In the path notation,

1. Latent variables are indicated by a *name* in which at least the first
letter is capitalized.

2. Observed variables are indicated by a *name* in which at least the
first letter is lowercased. Observed variables correspond to
variable names in the dataset.

3. Error variables, while mathematically a special case of latent
variables, are considered in a class by themselves. For **sem**, every
endogenous variable (whether observed or latent) automatically has an
error variable associated with it. For **gsem**, the same is true of
Gaussian endogenous variables (and latent variables, which are
Gaussian). The error variable associated with endogenous variable
*name* is **e.***name*.

4. Paths between variables are written as

**(***name1*** <-** *name2***)**

or

**(***name2*** ->** *name1***)**

There is no significance to which coding is used.

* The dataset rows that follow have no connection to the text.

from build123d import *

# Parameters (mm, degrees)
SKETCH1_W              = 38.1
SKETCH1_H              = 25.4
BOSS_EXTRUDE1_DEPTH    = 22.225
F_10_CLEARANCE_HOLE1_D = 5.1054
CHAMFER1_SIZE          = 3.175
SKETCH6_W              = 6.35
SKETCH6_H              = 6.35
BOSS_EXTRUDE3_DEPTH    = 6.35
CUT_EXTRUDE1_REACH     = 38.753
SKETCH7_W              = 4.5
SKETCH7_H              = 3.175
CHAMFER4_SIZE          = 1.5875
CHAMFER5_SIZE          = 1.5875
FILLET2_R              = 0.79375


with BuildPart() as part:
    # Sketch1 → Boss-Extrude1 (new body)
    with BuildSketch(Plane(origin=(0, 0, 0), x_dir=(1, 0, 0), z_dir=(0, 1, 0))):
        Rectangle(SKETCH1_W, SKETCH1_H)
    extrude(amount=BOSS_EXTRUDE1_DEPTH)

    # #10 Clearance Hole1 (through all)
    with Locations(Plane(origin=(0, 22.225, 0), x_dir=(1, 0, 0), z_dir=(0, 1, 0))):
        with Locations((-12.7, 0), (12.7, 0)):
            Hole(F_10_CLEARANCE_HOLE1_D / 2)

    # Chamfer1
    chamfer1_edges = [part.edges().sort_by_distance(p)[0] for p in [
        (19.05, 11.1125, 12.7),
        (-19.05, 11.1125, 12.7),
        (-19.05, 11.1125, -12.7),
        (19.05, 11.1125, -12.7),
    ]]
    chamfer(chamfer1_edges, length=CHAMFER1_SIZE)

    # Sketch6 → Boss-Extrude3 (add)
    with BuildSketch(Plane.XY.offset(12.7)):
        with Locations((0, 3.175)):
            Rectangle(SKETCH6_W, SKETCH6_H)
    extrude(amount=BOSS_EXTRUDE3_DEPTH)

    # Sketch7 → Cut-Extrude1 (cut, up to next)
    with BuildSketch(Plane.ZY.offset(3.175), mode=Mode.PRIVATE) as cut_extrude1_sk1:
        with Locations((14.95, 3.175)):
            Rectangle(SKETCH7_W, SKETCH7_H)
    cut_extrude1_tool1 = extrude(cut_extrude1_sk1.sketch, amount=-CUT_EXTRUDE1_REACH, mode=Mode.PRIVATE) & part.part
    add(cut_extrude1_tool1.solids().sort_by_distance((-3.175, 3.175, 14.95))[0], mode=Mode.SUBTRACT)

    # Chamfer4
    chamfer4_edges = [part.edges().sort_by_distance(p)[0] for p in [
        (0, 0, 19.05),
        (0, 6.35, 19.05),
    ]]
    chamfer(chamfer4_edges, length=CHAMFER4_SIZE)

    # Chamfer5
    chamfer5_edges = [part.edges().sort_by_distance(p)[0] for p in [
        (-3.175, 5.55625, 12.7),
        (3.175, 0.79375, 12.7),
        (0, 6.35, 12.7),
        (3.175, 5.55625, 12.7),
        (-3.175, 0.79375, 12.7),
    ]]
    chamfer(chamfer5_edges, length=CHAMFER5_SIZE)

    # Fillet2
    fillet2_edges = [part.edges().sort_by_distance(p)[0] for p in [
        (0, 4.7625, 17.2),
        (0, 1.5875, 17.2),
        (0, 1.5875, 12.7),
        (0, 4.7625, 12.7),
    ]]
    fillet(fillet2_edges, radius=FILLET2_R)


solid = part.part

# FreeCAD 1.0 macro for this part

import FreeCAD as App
import Part
import Sketcher

V = App.Vector
Q = App.Units.Quantity


def edges_at(feature, points):
    """Names of the edges that pass closest to the given points."""
    edges = feature.Shape.Edges
    near = lambda p: min(range(len(edges)), key=lambda i: edges[i].distToShape(Part.Vertex(*p))[0])
    return sorted({f"Edge{near(p) + 1}" for p in points})

doc = App.newDocument("Part")
body = doc.addObject("PartDesign::Body", "Body")

# Sketch on XZ plane
sketch1 = body.newObject("Sketcher::SketchObject", "Sketch")
sketch1.AttachmentSupport = (doc.getObject("XZ_Plane"), [""])
sketch1.MapMode = "FlatFace"
sketch1.addGeometry(Part.LineSegment(V(-19, -13, 0), V(-19, 13, 0)), False)
sketch1.addGeometry(Part.LineSegment(V(-19, 13, 0), V(19, 13, 0)), False)
sketch1.addGeometry(Part.LineSegment(V(19, 13, 0), V(19, -13, 0)), False)
sketch1.addGeometry(Part.LineSegment(V(19, -13, 0), V(-19, -13, 0)), False)
sketch1.addConstraint(Sketcher.Constraint("Coincident", 0, 2, 1, 1))
sketch1.addConstraint(Sketcher.Constraint("Coincident", 1, 2, 2, 1))
sketch1.addConstraint(Sketcher.Constraint("Coincident", 2, 2, 3, 1))
sketch1.addConstraint(Sketcher.Constraint("Coincident", 3, 2, 0, 1))
sketch1.addConstraint(Sketcher.Constraint("Vertical", 0))
sketch1.addConstraint(Sketcher.Constraint("Horizontal", 1))
sketch1.addConstraint(Sketcher.Constraint("Vertical", 2))
sketch1.addConstraint(Sketcher.Constraint("Horizontal", 3))
sketch1.addConstraint(Sketcher.Constraint("Symmetric", 0, 2, 2, 2, -1, 1))
sketch1.addConstraint(Sketcher.Constraint("DistanceY", 0, 1, 0, 2, Q("1 in")))
sketch1.addConstraint(Sketcher.Constraint("DistanceX", 1, 1, 1, 2, Q("1.5 in")))
pad1 = body.newObject("PartDesign::Pad", "Pad")
pad1.Profile = sketch1
pad1.Length = Q("0.875 in")
pad1.Reversed = True

# Sketch on XZ plane
sketch2 = body.newObject("Sketcher::SketchObject", "Sketch001")
sketch2.AttachmentSupport = (doc.getObject("XZ_Plane"), [""])
sketch2.MapMode = "FlatFace"
sketch2.AttachmentOffset = App.Placement(V(0, 0, -0.875 * 25.4), App.Rotation())
sketch2.addGeometry(Part.Circle(V(-12.7, 0, 0), V(0, 0, 1), 2.6), False)
sketch2.addGeometry(Part.Circle(V(12.7, 0, 0), V(0, 0, 1), 2.6), False)
sketch2.addConstraint(Sketcher.Constraint("Equal", 0, 1))
sketch2.addConstraint(Sketcher.Constraint("Symmetric", 0, 3, 1, 3, -1, 1))
sketch2.addConstraint(Sketcher.Constraint("PointOnObject", 0, 3, -1))
sketch2.addConstraint(Sketcher.Constraint("Diameter", 0, Q("0.201 in")))
sketch2.addConstraint(Sketcher.Constraint("DistanceX", 0, 3, 1, 3, Q("1 in")))
doc.recompute()
hole = body.newObject("PartDesign::Hole", "Hole")
hole.Profile = sketch2
hole.ThreadType = "None"
hole.Diameter = Q("0.201 in")
hole.DepthType = "ThroughAll"
hole.Reversed = True
doc.recompute()

chamfer = body.newObject("PartDesign::Chamfer", "Chamfer")
chamfer.Base = (hole, edges_at(hole, [
    (19.05, 11.113, 12.7),
    (-19.05, 11.113, 12.7),
    (-19.05, 11.113, -12.7),
    (19.05, 11.113, -12.7),
]))
chamfer.Size = Q("0.125 in")

# Sketch on XY plane
sketch3 = body.newObject("Sketcher::SketchObject", "Sketch002")
sketch3.AttachmentSupport = (doc.getObject("XY_Plane"), [""])
sketch3.MapMode = "FlatFace"
sketch3.AttachmentOffset = App.Placement(V(0, 0, 0.5 * 25.4), App.Rotation())
sketch3.addGeometry(Part.LineSegment(V(-3, 6, 0), V(-3, 0, 0)), False)
sketch3.addGeometry(Part.LineSegment(V(-3, 0, 0), V(3, 0, 0)), False)
sketch3.addGeometry(Part.LineSegment(V(3, 0, 0), V(3, 6, 0)), False)
sketch3.addGeometry(Part.LineSegment(V(3, 6, 0), V(-3, 6, 0)), False)
sketch3.addConstraint(Sketcher.Constraint("Coincident", 0, 2, 1, 1))
sketch3.addConstraint(Sketcher.Constraint("Coincident", 1, 2, 2, 1))
sketch3.addConstraint(Sketcher.Constraint("Coincident", 2, 2, 3, 1))
sketch3.addConstraint(Sketcher.Constraint("Coincident", 3, 2, 0, 1))
sketch3.addConstraint(Sketcher.Constraint("Vertical", 0))
sketch3.addConstraint(Sketcher.Constraint("Horizontal", 1))
sketch3.addConstraint(Sketcher.Constraint("Vertical", 2))
sketch3.addConstraint(Sketcher.Constraint("Horizontal", 3))
sketch3.addConstraint(Sketcher.Constraint("Symmetric", 0, 2, 1, 2, -1, 1))
sketch3.addConstraint(Sketcher.Constraint("Equal", 3, 0))
sketch3.addConstraint(Sketcher.Constraint("DistanceX", 1, 1, 1, 2, Q("0.25 in")))
pad2 = body.newObject("PartDesign::Pad", "Pad001")
pad2.Profile = sketch3
pad2.Length = Q("0.25 in")

# Sketch on YZ plane
sketch4 = body.newObject("Sketcher::SketchObject", "Sketch003")
sketch4.AttachmentSupport = (doc.getObject("YZ_Plane"), [""])
sketch4.MapMode = "FlatFace"
sketch4.AttachmentOffset = App.Placement(V(0, 0, -0.125 * 25.4), App.Rotation())
sketch4.addGeometry(Part.LineSegment(V(4.8, 12.7, 0), V(1.6, 12.7, 0)), False)
sketch4.addGeometry(Part.LineSegment(V(1.6, 12.7, 0), V(1.6, 17.2, 0)), False)
sketch4.addGeometry(Part.LineSegment(V(1.6, 17.2, 0), V(4.8, 17.2, 0)), False)
sketch4.addGeometry(Part.LineSegment(V(4.8, 17.2, 0), V(4.8, 12.7, 0)), False)
sketch4.addConstraint(Sketcher.Constraint("Coincident", 0, 2, 1, 1))
sketch4.addConstraint(Sketcher.Constraint("Coincident", 1, 2, 2, 1))
sketch4.addConstraint(Sketcher.Constraint("Coincident", 2, 2, 3, 1))
sketch4.addConstraint(Sketcher.Constraint("Coincident", 3, 2, 0, 1))
sketch4.addConstraint(Sketcher.Constraint("Horizontal", 0))
sketch4.addConstraint(Sketcher.Constraint("Vertical", 1))
sketch4.addConstraint(Sketcher.Constraint("Horizontal", 2))
sketch4.addConstraint(Sketcher.Constraint("Vertical", 3))
sketch4.addConstraint(Sketcher.Constraint("DistanceY", -1, 1, 0, 2, Q("0.5 in")))
sketch4.addConstraint(Sketcher.Constraint("DistanceX", 0, 2, 0, 1, Q("0.125 in")))
sketch4.addConstraint(Sketcher.Constraint("DistanceX", -1, 1, 0, 2, Q("0.0625 in")))
sketch4.addConstraint(Sketcher.Constraint("DistanceY", 1, 1, 1, 2, Q("4.5 mm")))
pocket1 = body.newObject("PartDesign::Pocket", "Pocket")
pocket1.Profile = sketch4
pocket1.Type = "UpToFirst"
pocket1.Reversed = True
doc.recompute()

chamfer2 = body.newObject("PartDesign::Chamfer", "Chamfer001")
chamfer2.Base = (pocket1, edges_at(pocket1, [(0, 0, 19.05), (0, 6.35, 19.05)]))
chamfer2.Size = Q("0.0625 in")
doc.recompute()

chamfer3 = body.newObject("PartDesign::Chamfer", "Chamfer002")
chamfer3.Base = (chamfer2, edges_at(chamfer2, [
    (-3.175, 5.556, 12.7),
    (3.175, 0.794, 12.7),
    (0, 6.35, 12.7),
    (3.175, 5.556, 12.7),
    (-3.175, 0.794, 12.7),
]))
chamfer3.Size = Q("0.0625 in")
doc.recompute()

fillet = body.newObject("PartDesign::Fillet", "Fillet")
fillet.Base = (chamfer3, edges_at(chamfer3, [
    (0, 4.763, 17.2),
    (0, 1.587, 17.2),
    (0, 1.587, 12.7),
    (0, 4.763, 12.7),
]))
fillet.Radius = Q("0.03125 in")

doc.recompute()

5. Paths between the same variables can be combined: The paths

**(***name1*** <- ***name2***) (***name1*** <- ***name3***)**

can be combined as

**(***name1*** <- ***name2 name3***)**

or as

**(***name2 name3*** -> ***name1***)**

The paths

**(***name1 <- name3***) (***name2*** <-** *name3***)**

can be combined as

**(***name1 name2*** <-** *name3***)**

__Specifying variances and covariances__

6. Variances and covariances (curved paths) between variables are
indicated by options. Variances are indicated by

**..., ... var(***name1***)**

Covariances are indicated by

**..., ... cov(***name1*******name2***)**

**..., ... cov(***name2*******name1***)**

There is no significance to the order of the names.

The actual names of the options are **variance()** and **covariance()**, but
they are invariably abbreviated as **var()** and **cov()**, respectively.

The **var()** and **cov()** options are the same option, so a variance can be
typed as

**..., ... cov(***name1***)**

and a covariance can be typed as

**..., ... var(***name1*******name2***)**

7. Variances may be combined, covariances may be combined, and variances
and covariances may be combined.

If you have

**..., ... var(***name1***) var(***name2***)**

you may code this as

**..., ... var(***name1 name2***)**

If you have

**..., ... cov(***name1*******name2***) cov(***name2*******name3***)**

you may code this as

**..., ... cov(***name1*******name2 name2*******name3***)**

All the above combined can be coded as

**..., ... var(***name1 name2 name1*******name2 name2*******name3***)**

or as

**..., ... cov(***name1 name2 name1*******name2 name2*******name3***)**

8. All variables except endogenous variables are assumed to have a
variance; it is only necessary to code the **var()** option if you wish
to place a constraint on the variance or specify an initial value.
See items 11, 12, 13, and 16 below. (In **gsem**, the variance and
covariances of observed exogenous variables are not estimated and
thus **var()** cannot be used with them.)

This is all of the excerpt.